§ WHAT IS REQUIRED
Every line in the listing below from the one with "e22 -e23 -e24]" through the one with "e26 v15 v10 LINE" is to be reproduced exactly, both ends included; leave out the rest.

Start of DATASET ENTRIES

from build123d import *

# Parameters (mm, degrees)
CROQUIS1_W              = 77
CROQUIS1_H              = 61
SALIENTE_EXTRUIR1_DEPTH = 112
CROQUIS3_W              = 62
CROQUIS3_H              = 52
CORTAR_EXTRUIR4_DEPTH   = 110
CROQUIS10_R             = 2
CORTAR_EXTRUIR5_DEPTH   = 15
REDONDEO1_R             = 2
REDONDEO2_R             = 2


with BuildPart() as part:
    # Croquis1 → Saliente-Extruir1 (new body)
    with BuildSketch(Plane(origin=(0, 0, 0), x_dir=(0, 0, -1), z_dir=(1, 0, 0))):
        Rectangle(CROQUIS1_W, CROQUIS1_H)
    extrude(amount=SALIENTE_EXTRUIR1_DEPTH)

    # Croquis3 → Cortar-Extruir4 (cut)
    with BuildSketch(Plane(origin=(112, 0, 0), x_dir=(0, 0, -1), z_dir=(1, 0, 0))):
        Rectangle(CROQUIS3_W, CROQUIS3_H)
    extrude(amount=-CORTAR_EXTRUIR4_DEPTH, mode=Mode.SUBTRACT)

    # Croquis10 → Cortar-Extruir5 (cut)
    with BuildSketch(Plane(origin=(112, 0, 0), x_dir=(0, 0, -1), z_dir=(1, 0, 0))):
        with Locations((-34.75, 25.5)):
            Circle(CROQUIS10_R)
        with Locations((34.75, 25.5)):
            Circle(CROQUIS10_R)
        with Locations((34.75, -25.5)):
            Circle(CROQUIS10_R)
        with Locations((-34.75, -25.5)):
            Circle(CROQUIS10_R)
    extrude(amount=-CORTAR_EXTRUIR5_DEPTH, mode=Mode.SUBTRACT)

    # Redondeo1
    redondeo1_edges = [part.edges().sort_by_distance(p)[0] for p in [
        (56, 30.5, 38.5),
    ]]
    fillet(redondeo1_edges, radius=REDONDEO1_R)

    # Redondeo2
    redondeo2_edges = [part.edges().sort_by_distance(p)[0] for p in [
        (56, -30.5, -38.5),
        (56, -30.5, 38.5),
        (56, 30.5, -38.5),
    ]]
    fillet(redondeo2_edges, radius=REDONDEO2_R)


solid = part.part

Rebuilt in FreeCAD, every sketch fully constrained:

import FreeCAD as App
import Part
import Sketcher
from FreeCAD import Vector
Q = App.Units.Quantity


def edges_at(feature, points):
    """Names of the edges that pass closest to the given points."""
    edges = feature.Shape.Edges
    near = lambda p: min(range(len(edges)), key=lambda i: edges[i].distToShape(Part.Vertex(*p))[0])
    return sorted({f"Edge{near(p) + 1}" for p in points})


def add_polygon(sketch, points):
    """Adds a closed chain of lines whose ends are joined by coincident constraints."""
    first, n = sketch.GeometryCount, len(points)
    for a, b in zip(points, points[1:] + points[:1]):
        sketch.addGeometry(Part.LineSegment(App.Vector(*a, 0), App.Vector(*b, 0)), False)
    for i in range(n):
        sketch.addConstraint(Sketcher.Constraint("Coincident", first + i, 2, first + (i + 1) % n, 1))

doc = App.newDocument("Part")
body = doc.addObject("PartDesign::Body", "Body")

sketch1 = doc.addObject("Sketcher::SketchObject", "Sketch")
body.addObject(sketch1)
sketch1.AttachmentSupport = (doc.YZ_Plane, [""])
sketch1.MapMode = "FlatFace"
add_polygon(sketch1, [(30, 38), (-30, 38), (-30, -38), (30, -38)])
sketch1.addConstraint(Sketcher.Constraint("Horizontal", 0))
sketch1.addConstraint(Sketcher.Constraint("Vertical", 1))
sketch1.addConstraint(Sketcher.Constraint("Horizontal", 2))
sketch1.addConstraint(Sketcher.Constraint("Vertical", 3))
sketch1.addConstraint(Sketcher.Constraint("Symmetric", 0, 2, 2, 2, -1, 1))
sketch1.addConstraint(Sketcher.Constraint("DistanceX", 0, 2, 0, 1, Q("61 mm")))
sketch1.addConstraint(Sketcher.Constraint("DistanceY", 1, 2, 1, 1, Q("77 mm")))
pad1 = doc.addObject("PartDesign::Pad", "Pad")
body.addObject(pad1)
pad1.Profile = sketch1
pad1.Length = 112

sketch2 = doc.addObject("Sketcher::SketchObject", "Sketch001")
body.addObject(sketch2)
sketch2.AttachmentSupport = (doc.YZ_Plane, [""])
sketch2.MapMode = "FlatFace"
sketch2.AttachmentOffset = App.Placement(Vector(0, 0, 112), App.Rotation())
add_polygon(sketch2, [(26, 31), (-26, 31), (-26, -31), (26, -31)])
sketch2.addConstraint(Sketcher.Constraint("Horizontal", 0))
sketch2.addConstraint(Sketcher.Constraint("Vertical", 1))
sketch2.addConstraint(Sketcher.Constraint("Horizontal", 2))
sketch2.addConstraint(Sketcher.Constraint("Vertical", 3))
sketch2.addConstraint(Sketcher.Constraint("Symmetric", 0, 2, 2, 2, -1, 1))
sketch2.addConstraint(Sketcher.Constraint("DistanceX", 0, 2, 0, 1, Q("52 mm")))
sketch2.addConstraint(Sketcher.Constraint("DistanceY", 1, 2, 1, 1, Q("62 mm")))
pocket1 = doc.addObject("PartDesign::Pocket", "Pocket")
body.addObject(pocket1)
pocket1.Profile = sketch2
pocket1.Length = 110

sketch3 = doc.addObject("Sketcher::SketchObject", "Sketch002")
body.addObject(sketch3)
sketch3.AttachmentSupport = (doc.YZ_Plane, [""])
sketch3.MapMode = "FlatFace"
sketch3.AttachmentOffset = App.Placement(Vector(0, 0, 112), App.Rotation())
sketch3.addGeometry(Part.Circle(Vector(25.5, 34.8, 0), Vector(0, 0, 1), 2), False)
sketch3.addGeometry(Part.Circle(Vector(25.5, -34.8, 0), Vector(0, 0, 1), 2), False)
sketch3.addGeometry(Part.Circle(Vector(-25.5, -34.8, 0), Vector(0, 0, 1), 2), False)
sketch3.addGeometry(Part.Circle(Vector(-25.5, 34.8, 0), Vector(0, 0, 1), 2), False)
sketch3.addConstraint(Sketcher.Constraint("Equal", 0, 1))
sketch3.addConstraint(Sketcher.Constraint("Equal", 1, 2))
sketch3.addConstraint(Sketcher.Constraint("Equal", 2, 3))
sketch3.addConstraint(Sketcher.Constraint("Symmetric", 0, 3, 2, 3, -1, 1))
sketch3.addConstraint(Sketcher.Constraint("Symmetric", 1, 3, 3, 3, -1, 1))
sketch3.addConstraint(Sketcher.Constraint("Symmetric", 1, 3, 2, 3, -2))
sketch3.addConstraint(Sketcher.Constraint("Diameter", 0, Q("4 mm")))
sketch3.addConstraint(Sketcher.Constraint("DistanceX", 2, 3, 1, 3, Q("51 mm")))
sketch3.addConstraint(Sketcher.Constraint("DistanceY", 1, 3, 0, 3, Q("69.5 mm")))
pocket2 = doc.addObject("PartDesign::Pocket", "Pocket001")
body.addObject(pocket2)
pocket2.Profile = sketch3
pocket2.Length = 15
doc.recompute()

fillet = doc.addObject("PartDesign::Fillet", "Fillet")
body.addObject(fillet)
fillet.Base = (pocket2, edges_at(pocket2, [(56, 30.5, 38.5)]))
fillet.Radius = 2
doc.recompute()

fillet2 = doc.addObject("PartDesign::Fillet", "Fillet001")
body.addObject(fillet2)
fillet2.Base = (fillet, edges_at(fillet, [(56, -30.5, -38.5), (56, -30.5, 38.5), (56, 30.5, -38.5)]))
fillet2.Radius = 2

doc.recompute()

End of DATASET ENTRIES
Start of DATASET ENTRIES

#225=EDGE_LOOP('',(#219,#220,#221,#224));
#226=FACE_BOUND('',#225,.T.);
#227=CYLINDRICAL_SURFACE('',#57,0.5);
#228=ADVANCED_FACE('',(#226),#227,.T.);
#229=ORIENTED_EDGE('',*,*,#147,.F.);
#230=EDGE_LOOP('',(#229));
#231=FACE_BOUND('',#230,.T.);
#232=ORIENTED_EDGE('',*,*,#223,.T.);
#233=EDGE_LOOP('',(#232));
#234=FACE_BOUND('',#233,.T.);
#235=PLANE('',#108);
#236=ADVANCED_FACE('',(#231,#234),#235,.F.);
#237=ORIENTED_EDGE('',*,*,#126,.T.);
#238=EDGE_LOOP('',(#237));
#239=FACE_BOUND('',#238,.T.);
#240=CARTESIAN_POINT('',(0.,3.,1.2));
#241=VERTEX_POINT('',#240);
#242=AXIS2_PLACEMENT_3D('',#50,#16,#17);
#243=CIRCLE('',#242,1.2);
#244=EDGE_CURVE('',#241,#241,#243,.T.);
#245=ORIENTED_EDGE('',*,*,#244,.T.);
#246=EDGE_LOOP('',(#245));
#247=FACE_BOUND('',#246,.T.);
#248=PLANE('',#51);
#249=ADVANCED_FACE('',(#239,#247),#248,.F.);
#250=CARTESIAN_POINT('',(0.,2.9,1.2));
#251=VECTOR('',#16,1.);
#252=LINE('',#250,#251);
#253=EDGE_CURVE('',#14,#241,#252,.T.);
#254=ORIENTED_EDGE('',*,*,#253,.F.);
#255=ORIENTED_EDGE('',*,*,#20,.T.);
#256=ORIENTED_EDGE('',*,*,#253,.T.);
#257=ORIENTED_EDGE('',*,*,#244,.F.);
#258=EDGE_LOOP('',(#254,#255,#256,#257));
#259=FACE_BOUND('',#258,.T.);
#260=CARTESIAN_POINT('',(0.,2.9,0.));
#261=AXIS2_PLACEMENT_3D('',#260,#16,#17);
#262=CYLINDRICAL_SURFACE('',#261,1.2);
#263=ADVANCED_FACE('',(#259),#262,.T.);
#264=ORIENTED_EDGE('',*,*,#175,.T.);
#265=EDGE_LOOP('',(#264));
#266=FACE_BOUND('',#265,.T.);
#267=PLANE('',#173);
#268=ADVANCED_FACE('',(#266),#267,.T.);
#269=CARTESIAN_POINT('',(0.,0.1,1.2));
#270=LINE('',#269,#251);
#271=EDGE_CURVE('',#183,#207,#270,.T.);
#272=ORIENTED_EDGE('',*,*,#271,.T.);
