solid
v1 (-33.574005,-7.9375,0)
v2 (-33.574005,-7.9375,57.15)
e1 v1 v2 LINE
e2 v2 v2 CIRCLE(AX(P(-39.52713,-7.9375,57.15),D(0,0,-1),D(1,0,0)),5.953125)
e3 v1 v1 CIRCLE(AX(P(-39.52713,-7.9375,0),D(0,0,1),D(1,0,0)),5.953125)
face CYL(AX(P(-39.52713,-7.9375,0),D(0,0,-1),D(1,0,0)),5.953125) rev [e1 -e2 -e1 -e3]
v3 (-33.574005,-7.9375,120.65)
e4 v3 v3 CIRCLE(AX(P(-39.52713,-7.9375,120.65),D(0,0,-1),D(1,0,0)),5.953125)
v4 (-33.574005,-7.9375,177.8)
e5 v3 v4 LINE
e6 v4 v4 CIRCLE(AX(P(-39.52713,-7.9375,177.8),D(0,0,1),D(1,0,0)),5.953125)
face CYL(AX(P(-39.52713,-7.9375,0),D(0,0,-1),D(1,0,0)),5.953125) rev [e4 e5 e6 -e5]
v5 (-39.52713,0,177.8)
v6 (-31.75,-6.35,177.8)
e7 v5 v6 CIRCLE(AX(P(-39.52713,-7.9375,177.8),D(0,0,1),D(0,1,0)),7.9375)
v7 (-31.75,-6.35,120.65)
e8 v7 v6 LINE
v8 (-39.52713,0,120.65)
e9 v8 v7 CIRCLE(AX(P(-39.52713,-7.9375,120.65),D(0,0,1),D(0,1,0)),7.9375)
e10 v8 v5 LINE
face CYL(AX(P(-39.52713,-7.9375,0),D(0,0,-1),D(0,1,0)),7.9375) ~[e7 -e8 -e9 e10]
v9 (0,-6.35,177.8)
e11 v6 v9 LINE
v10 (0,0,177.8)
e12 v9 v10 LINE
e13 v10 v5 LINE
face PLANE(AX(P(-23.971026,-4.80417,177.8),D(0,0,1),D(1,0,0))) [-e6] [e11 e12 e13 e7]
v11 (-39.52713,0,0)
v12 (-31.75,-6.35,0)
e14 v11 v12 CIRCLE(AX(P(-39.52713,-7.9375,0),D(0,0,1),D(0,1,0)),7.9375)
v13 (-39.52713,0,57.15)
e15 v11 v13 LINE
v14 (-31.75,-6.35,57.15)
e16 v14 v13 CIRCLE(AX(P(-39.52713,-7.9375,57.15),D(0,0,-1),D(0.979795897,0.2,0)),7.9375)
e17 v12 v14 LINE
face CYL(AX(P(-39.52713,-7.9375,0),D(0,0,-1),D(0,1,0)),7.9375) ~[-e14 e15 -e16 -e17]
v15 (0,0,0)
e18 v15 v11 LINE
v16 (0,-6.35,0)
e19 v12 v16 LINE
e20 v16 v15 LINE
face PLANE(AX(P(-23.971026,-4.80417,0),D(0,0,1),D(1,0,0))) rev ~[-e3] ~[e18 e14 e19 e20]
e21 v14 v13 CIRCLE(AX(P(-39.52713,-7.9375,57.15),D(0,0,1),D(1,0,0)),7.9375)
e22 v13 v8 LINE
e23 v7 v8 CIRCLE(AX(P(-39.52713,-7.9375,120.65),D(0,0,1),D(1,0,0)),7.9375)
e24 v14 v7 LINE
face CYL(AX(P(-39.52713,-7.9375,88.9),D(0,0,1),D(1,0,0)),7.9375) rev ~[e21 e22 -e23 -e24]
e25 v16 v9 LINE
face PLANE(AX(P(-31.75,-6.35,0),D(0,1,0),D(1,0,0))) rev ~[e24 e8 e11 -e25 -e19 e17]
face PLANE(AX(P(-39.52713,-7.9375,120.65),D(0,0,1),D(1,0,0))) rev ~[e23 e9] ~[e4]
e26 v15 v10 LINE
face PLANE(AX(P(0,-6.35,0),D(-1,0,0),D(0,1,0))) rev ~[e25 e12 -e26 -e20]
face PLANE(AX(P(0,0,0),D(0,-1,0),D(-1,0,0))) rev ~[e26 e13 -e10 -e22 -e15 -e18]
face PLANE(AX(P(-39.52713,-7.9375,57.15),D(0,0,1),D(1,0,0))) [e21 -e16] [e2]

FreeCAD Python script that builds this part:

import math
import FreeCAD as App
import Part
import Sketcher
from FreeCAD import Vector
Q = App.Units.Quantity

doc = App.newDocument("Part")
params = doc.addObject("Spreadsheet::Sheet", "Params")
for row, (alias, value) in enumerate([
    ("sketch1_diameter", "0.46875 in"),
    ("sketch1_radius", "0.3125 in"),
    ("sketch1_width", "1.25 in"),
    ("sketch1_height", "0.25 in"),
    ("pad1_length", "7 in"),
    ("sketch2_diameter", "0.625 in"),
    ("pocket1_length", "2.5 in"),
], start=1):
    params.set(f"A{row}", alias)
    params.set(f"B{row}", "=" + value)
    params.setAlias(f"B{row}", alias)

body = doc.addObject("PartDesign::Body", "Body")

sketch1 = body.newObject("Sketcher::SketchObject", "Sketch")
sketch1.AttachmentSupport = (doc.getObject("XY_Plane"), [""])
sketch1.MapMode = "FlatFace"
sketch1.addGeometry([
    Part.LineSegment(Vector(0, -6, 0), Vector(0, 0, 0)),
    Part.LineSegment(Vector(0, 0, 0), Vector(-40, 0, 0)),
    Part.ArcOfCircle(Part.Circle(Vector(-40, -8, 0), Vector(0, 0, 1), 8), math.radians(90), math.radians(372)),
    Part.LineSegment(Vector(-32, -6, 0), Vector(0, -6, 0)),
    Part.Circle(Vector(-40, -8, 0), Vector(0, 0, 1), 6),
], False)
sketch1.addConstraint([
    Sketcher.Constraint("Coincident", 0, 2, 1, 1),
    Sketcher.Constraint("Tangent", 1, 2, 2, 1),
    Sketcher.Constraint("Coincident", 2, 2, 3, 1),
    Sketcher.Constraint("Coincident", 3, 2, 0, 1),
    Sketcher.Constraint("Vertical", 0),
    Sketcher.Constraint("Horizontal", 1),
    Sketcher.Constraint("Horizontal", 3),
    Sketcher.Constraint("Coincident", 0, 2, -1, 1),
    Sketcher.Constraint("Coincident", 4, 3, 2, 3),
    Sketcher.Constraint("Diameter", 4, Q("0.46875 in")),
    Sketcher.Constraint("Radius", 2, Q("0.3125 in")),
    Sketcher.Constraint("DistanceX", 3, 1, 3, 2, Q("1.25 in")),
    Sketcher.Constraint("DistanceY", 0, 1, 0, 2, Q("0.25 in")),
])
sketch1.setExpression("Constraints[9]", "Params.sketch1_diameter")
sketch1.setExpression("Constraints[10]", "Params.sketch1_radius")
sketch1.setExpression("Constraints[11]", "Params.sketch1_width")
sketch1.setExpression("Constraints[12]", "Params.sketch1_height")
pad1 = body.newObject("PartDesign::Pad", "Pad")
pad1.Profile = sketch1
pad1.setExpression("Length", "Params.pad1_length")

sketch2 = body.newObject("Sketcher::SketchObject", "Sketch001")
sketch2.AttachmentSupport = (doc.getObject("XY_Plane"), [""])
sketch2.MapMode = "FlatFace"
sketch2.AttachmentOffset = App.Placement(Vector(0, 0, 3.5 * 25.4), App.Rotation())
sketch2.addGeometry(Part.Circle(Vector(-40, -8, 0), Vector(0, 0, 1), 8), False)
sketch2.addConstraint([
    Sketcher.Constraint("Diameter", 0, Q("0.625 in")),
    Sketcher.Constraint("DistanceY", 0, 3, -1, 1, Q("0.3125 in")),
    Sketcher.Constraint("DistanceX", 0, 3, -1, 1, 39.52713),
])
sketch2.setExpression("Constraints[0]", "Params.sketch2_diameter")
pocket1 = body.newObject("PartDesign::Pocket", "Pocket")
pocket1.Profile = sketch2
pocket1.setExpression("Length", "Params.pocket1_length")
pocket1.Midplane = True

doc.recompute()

End of DATASET ENTRIES

§ REPLY TO THE TASK
face CYL(AX(P(-39.52713,-7.9375,88.9),D(0,0,1),D(1,0,0)),7.9375) rev ~[e21 e22 -e23 -e24]
e25 v16 v9 LINE
face PLANE(AX(P(-31.75,-6.35,0),D(0,1,0),D(1,0,0))) rev ~[e24 e8 e11 -e25 -e19 e17]
face PLANE(AX(P(-39.52713,-7.9375,120.65),D(0,0,1),D(1,0,0))) rev ~[e23 e9] ~[e4]
e26 v15 v10 LINE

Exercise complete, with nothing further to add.